F.      Each GSE shall provide or cause to be provided to Treasury the reports and other information agreed to between Treasury and the GSEs. Treasury understands and agrees that the GSEs will be dependent upon the receipt of information from HFAs, bond indenture trustees and other third parties in order to carry out their reporting obligations under this provision. Accordingly, neither GSE shall be responsible for lapses, gaps, inaccuracies and other failures to report information to Treasury required by this provision for any reason beyond its control.

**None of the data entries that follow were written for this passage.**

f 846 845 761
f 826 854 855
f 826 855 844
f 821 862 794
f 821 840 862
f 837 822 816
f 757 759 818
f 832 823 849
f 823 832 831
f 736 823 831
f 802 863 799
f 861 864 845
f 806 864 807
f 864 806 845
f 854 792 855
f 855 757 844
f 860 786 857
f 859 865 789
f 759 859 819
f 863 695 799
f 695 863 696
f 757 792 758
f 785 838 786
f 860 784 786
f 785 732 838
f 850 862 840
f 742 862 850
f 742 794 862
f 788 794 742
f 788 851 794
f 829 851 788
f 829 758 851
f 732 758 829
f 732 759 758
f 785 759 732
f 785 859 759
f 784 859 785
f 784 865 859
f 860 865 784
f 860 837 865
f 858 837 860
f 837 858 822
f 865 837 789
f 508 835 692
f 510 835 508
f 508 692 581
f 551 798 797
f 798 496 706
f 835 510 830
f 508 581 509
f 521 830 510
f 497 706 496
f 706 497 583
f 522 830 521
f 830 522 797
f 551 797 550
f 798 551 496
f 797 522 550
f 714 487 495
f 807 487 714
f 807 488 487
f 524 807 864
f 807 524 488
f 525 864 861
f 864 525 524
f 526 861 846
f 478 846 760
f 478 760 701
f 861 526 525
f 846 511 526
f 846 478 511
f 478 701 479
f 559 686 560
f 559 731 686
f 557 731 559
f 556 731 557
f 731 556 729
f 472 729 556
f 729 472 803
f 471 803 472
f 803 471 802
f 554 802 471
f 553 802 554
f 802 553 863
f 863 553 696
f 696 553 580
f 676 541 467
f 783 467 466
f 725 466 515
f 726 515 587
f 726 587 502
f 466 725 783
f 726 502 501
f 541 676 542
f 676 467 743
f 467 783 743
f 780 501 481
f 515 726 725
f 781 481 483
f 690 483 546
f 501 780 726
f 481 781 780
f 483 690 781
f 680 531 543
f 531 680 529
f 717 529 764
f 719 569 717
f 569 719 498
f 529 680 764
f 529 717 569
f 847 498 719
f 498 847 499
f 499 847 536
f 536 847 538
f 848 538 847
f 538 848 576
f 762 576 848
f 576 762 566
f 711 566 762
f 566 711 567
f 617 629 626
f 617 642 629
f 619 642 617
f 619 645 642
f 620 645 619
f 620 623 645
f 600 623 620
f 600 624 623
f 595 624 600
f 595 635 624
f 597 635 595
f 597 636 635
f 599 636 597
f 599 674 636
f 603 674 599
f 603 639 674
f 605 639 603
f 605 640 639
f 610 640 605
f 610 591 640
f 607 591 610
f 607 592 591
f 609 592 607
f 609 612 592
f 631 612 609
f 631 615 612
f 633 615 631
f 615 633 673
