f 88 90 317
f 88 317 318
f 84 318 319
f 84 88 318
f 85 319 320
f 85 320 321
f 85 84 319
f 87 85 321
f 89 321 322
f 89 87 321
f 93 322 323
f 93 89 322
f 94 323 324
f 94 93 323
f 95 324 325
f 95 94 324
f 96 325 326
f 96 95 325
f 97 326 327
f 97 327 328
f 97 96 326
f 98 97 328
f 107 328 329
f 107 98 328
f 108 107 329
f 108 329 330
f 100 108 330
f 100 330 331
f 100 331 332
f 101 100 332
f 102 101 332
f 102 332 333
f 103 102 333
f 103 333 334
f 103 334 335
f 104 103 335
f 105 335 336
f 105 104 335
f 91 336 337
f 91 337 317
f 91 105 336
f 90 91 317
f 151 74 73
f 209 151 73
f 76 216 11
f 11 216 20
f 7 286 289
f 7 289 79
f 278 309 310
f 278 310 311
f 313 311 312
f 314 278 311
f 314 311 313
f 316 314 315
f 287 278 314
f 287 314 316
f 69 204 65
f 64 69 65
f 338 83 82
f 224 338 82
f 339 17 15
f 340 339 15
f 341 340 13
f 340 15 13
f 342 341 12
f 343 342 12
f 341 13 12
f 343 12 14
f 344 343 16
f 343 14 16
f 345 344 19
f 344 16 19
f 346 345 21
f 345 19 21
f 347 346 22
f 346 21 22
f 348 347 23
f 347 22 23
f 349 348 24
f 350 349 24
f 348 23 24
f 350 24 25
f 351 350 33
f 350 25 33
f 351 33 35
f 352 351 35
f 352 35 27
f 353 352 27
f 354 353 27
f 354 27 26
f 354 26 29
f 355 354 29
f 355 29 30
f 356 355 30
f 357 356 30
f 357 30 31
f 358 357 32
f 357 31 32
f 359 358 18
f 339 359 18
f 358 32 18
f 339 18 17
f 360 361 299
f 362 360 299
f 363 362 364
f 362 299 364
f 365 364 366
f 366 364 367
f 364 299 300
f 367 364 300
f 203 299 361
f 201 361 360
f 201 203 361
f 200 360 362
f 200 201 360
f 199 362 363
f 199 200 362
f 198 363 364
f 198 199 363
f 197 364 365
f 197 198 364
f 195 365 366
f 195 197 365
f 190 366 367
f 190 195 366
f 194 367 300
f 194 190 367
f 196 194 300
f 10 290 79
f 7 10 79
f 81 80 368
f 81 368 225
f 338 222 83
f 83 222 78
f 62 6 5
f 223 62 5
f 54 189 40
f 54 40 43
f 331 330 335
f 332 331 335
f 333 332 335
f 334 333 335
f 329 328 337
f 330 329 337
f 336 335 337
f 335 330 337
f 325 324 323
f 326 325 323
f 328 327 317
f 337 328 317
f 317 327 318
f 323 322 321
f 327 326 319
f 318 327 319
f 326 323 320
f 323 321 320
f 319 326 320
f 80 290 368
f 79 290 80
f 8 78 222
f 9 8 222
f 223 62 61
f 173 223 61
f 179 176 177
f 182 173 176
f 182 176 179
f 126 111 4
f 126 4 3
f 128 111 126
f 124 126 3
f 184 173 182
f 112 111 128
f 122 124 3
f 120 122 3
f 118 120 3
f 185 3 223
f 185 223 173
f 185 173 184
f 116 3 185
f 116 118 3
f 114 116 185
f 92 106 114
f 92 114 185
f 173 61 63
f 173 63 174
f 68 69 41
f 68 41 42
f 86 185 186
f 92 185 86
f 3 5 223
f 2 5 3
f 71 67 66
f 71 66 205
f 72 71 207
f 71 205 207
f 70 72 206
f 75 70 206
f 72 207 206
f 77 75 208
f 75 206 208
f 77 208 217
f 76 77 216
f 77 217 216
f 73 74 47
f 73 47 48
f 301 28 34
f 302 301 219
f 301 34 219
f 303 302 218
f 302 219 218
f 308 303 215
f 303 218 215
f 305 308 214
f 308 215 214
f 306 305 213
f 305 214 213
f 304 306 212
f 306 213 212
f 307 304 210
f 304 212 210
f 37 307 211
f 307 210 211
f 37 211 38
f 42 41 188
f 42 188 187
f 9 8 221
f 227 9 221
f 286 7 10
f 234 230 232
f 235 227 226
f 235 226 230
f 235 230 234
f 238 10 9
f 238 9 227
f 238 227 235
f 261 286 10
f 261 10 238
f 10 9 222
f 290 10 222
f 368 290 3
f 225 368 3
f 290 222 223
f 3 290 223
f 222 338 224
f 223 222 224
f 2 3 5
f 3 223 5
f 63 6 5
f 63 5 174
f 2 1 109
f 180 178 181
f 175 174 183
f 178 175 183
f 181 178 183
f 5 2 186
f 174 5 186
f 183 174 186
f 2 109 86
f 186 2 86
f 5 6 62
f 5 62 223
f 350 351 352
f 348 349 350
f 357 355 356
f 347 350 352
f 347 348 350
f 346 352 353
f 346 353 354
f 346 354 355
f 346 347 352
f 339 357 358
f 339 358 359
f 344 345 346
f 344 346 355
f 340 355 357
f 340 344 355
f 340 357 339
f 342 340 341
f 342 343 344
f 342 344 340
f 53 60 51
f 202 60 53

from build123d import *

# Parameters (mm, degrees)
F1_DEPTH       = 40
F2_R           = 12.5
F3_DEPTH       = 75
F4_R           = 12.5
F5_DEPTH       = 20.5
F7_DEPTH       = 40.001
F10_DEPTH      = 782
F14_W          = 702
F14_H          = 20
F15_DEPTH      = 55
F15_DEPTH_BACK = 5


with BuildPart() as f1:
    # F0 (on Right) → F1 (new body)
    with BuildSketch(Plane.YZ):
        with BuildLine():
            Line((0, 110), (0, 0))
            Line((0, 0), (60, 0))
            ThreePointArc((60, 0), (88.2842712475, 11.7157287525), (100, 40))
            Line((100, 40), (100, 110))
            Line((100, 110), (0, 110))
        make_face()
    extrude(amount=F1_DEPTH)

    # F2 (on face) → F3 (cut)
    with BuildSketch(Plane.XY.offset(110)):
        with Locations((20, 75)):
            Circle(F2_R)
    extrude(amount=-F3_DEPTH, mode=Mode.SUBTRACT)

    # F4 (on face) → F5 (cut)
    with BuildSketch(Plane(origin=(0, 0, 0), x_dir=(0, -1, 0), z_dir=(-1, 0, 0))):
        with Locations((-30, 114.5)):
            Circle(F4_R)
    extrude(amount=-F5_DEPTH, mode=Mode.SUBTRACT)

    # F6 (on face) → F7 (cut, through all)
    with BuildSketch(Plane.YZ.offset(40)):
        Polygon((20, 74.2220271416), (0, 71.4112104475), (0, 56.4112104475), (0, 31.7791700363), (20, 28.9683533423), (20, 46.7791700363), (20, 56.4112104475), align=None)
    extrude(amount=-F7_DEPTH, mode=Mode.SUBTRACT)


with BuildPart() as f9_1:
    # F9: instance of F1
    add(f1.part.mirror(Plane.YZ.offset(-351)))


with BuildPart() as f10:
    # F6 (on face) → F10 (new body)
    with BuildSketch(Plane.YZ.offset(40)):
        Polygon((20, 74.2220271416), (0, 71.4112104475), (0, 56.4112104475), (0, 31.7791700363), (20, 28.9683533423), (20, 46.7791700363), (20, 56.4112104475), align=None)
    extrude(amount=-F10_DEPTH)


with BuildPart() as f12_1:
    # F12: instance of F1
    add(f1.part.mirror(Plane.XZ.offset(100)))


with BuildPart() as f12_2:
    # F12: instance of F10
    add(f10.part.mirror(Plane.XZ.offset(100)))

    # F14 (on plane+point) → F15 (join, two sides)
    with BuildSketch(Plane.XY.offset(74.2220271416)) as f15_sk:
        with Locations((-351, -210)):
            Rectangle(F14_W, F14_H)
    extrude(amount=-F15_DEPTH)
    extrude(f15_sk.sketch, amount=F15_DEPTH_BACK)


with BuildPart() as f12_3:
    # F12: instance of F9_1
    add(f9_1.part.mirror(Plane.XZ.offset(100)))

10.      GSE Securities Not to Trade.
Treasury agrees that it will not trade, sell, exchange, securitize, donate or give to any third party or pledge, hypothecate or otherwise transfer any interests in or to any of the GSE Securities acquired by it from time to time pursuant to or as contemplated by this MOU. Excluded from this limitation is the use by Treasury of custodians to hold any GSE Security on behalf of Treasury. At Treasury’s request, the issuing GSE will dissolve any GSE Security and simultaneously deliver the underlying Bonds to Treasury’s designee in connection with the sale of such underlying Bonds. At no time will Treasury have physical possession of the underlying Bonds. The GSEs will charge commercially reasonable fees to unwind any GSE Security; such fees, as set forth in Appendix F, “Pricing Schedule,” shall be netted from sales proceeds.
11.      Tax Considerations.
A.      It is the intent of each of the parties hereto that:
     (1)      For federal income tax purposes, the GSEs will not be treated as beneficial owners of any tax-exempt obligations associated with their participation in any Program contemplated by this MOU.
     (2)      For federal income tax purposes, a GSE’s participation in any Program (i) will not cause the GSE to be considered a dealer in tax-exempt obligations and (ii) will not be considered direct or indirect evidence of a purpose to incur or continue indebtedness to purchase or carry tax-exempt obligations.
     (3)      For federal income tax purposes (i) any Trust created pursuant to this MOU shall be treated as a disregarded entity or grantor trust, (ii) Treasury shall be treated as the sole beneficial owner of the assets of such Trust and (iii) any amounts payable to the GSEs from the income or assets of such Trust shall be treated as reasonable compensation for services rendered and shall not be treated as a coupon-stripping transaction.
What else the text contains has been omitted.